Когда состав тронулся, Ленька вспомнил про письмо, стал доставать. Может, конверт плохо заклеен, его удастся осторожненько вскрыть и прочитать, что написал Колодяжный опекунам? Вместе с конвертом из кармана высунулись две желтые бумажки и полетели на пол. Что это такое? Деньги? Два рубля. Как они попали к нему в толстовку?

Чудно!.. И вдруг его осенило: это же воспитатель дал специально на билет!

«Вот глазастый! Будто рентгеном просветил». И неожиданно горячее чувство признательности к этому суровому и чуткому человеку затопило Охнаря. «Да, это настоящий мужик — ничего не скажешь!» Сейчас Ленька увидел в нем больше, чем воспитателя: отца, старшего друга. И, не распечатывая, он сунул письмо обратно в карман.

Едва поезд подошел к следующей, предпоследней станции, Ленька выскочил из вагона. Стоянка здесь была всего четыре минуты.

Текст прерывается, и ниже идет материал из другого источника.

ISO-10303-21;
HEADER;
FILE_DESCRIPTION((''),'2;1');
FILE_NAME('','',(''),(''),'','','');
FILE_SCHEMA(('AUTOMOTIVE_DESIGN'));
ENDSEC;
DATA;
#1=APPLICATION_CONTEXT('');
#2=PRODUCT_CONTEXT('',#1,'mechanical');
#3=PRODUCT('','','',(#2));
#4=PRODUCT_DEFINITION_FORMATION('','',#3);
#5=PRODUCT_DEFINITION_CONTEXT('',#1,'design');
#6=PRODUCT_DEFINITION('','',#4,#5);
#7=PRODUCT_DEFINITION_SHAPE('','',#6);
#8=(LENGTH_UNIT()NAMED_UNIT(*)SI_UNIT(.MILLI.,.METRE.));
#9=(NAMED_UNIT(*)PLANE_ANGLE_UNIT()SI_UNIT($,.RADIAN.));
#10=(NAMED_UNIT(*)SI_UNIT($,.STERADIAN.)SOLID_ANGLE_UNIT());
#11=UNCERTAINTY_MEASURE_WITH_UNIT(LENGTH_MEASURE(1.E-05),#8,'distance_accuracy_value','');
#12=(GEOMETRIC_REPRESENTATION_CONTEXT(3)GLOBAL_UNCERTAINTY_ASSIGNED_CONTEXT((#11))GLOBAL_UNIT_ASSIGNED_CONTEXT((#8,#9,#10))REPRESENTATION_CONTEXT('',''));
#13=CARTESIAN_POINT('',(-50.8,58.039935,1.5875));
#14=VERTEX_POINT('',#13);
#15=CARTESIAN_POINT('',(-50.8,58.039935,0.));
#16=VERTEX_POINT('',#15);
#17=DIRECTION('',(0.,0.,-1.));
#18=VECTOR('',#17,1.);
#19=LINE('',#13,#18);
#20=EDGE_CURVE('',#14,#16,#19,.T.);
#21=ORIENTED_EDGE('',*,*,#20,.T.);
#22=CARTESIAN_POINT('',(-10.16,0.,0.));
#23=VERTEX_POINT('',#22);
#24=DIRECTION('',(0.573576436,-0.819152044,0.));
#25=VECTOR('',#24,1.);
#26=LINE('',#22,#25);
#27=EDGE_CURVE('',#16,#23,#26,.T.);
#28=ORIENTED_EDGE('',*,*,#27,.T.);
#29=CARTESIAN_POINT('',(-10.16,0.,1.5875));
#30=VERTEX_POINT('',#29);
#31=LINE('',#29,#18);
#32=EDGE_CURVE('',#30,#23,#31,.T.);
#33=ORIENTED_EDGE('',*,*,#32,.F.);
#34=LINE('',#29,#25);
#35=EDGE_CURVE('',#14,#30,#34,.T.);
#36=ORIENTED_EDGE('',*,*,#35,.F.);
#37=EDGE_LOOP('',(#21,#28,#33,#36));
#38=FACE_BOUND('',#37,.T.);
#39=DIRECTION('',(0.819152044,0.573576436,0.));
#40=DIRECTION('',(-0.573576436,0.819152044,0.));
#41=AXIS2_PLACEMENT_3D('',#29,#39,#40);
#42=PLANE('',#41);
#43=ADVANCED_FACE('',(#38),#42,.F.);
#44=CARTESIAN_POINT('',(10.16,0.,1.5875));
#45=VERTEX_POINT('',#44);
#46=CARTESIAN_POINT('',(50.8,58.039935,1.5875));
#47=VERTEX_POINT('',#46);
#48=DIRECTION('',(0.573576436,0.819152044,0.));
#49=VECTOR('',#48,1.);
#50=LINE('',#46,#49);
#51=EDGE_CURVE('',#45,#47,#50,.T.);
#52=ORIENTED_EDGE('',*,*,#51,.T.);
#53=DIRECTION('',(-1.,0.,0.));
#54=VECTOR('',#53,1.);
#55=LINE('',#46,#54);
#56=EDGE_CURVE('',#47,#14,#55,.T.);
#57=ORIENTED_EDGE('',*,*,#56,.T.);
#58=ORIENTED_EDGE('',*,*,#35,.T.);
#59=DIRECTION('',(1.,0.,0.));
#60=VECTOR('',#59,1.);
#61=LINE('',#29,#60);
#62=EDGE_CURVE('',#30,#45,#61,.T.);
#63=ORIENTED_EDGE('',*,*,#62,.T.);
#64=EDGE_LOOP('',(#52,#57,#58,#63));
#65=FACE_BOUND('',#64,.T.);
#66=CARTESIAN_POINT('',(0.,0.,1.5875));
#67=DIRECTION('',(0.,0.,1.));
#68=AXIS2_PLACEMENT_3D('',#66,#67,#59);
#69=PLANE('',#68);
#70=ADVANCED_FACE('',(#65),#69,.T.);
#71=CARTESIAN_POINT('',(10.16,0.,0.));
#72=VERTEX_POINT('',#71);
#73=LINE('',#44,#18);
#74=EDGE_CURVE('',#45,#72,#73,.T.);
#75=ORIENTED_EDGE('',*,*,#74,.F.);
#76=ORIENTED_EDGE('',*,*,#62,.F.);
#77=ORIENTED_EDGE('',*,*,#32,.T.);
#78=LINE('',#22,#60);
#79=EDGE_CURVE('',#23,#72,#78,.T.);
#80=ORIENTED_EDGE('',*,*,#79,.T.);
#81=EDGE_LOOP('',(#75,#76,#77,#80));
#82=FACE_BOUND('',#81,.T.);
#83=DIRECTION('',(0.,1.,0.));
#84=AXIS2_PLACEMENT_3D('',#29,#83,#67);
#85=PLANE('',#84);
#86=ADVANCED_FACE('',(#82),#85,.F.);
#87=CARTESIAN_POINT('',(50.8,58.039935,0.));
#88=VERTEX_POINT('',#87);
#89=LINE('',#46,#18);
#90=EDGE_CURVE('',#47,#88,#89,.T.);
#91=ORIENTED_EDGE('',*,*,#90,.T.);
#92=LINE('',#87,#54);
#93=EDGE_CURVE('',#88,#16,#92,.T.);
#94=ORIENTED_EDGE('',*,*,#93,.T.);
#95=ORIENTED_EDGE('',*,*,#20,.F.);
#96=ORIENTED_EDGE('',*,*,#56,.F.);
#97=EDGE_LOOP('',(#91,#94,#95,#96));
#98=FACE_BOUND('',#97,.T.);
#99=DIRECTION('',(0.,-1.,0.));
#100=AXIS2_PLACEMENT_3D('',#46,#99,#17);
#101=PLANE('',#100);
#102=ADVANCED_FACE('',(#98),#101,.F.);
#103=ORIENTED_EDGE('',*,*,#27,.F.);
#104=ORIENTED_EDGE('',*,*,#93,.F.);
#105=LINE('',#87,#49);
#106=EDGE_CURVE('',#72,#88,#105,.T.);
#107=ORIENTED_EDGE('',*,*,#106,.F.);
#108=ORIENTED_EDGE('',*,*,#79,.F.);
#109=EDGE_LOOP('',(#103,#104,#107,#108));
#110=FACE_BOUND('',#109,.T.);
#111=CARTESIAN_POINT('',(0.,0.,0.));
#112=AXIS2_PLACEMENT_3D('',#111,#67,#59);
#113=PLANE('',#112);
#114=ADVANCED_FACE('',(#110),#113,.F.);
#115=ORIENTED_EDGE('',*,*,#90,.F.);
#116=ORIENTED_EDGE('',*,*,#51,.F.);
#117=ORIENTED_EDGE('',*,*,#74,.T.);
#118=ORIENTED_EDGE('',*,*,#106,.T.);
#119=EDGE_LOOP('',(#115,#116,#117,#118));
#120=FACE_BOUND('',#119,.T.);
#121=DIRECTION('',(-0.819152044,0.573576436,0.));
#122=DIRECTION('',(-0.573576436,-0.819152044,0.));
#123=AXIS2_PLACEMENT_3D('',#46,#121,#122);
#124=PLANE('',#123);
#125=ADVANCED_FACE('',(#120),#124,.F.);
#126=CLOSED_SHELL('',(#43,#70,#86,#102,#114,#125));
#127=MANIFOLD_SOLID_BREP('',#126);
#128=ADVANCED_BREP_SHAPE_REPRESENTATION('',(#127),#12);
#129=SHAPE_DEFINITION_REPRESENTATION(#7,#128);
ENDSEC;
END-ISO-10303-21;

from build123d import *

# Parameters (mm, degrees)
BOSS_EXTRUDE1_DEPTH = 1.5875


with BuildPart() as part:
    # Sketch1 → Boss-Extrude1 (new body)
    with BuildSketch(Plane.XY):
        Polygon((-10.16, 0), (10.16, 0), (50.8, 58.039934994), (-50.8, 58.039934994), align=None)
    extrude(amount=BOSS_EXTRUDE1_DEPTH)


solid = part.part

— Где касса? — ринулся он к стрелку. Блюститель порядка приложил руку к фуражке, вытянулся, точно перед ним появился нарком.

— За углом снаружи, гражданин! — вежливо отчеканил он.

От неожиданности Охнарь немного опешил.

— Во дожил! Охрана честь отдает. Ладно, вольно. И, подмигнув стрелку, бегом бросился к билетной кассе. Хоть до города оставалось всего девять верст и Ленька безо всяких угрызений совести мог бы проехать их зайцем, — он посчитал себя обязанным на эти деньги купить билет. Настроение у него почему-то поднялось, и вернулся он в вагон гоголем.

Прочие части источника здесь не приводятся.